7. It is contended that the Petitioner is not entitled to ask for the
documents which are not relied upon by the CBI and that the Petitioner is
only entitled to the documents which are referred to in Section 207 or 208
Cr.P.C. The right of the accused with regard to the disclosure of documents
is a limited right and the accused cannot claim an indefeasible legal right to
claim documents of the police file or even the portions which are permitted
to be excluded from the documents annexed to the report under Section 173
(2) Cr.P.C. as per the order of the Court. In the present case the complaint
was filed under Section 13 (3) of the OS Act and the provisions of Section
208 Cr.P.C. are applicable which reads, “Any documents produced before
the Magistrate on which the prosecution proposes to rely” and thus what is
referred in Section 208 (iii) are the documents filed along with the complaint
under Section 13 (3) of the OS Act and nothing more than that. Sections
207 and 208 Cr.P.C. pertains to the documents which are commonly known
as police report which are to be supplied to the accused with the objective to
make him aware of the materials which are sought to be utilized against him.
In this regard reliance is placed on Sidhartha Vashisth @ Manu Sharma vs.

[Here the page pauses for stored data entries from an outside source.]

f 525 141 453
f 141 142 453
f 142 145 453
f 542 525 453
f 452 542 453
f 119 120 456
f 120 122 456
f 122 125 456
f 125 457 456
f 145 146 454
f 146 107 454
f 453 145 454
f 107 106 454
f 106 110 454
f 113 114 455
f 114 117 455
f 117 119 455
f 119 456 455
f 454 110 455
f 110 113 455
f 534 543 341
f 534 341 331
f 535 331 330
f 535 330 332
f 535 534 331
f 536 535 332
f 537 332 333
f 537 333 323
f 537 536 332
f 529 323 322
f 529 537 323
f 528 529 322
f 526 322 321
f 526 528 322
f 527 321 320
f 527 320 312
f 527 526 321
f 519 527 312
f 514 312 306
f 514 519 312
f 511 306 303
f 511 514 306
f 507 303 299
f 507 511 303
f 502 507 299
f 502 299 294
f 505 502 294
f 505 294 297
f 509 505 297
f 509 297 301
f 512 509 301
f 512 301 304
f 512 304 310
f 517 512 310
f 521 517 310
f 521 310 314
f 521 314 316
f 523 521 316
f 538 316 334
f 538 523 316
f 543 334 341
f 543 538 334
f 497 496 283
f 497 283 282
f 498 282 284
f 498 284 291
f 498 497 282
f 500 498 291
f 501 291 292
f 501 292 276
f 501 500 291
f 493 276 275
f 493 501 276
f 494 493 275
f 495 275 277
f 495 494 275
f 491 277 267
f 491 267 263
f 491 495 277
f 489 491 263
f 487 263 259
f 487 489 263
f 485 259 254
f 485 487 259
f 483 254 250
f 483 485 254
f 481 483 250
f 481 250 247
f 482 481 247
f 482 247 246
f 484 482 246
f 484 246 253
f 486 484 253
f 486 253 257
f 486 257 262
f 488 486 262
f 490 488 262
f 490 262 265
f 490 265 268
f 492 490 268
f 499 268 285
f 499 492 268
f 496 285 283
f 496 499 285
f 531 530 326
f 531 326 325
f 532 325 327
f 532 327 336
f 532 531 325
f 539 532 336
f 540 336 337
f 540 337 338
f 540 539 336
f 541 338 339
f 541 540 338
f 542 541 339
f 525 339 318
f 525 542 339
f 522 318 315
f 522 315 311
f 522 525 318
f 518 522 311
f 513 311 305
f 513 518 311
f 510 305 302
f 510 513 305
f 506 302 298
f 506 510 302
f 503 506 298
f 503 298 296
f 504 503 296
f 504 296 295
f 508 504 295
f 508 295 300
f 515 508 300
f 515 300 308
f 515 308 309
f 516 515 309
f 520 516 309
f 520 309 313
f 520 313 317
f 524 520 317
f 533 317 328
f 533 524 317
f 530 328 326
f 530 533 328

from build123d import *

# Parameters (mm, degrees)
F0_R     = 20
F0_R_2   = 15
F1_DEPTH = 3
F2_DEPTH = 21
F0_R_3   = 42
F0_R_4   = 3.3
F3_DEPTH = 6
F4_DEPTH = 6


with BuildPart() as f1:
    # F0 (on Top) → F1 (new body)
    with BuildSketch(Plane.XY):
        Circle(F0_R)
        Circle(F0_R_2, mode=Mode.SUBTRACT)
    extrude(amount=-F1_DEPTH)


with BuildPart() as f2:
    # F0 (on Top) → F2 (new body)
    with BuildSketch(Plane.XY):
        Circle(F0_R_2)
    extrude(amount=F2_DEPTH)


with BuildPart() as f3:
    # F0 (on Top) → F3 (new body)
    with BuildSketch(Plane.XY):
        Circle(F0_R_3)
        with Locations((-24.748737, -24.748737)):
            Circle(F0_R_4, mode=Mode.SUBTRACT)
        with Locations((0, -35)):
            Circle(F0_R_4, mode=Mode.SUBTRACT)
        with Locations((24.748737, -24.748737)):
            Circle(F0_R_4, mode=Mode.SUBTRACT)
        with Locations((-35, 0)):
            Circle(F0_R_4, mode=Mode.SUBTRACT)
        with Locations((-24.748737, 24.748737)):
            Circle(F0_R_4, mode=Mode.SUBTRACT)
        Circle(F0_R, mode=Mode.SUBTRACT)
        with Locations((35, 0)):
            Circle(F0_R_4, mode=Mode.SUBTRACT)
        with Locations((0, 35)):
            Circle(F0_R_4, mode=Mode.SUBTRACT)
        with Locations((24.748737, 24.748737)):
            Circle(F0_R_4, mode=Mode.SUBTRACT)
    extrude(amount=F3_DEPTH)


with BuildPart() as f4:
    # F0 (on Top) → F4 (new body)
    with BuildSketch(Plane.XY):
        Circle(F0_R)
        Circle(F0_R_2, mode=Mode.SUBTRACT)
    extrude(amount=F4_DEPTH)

State, 2010 (6) SCC 1, Suptd. & Remembrance of Legal Affairs, West Bengal vs. Satyen Bhowmick and others, 1981 (2) SCC 109 and Naresh
Kumar Yadav vs. Ravindra Kumar and Ors. 2008 (1) SCC 632.
8. It is further contended that the documents referred by the Petitioner
are the internal communication between the officers of the Respondent. FRI
and FR-II which are the opinions of the Investigating Officer and the Law
Officer and which are not being relied upon by the prosecution, are for the in
house use of the CBI, not supposed to be discussed or quoted outside.
Reference is made to Sunita Devi vs. State of Bihar, 2005 (1) SCC 608. The
present petition deserves to be dismissed as the same seeks a relief which
cannot be granted by this court in a Writ Jurisdiction.
9. I have heard learned counsel for the parties. The first and foremost
issue would be the scope of consideration of the impugned order in a writ
petition. The Hon’ble Supreme Court in Surya Devi Rai vs. Ram Chander
Rai and others, 2003 (6) SCC 675 following the Constitution Bench in T.C.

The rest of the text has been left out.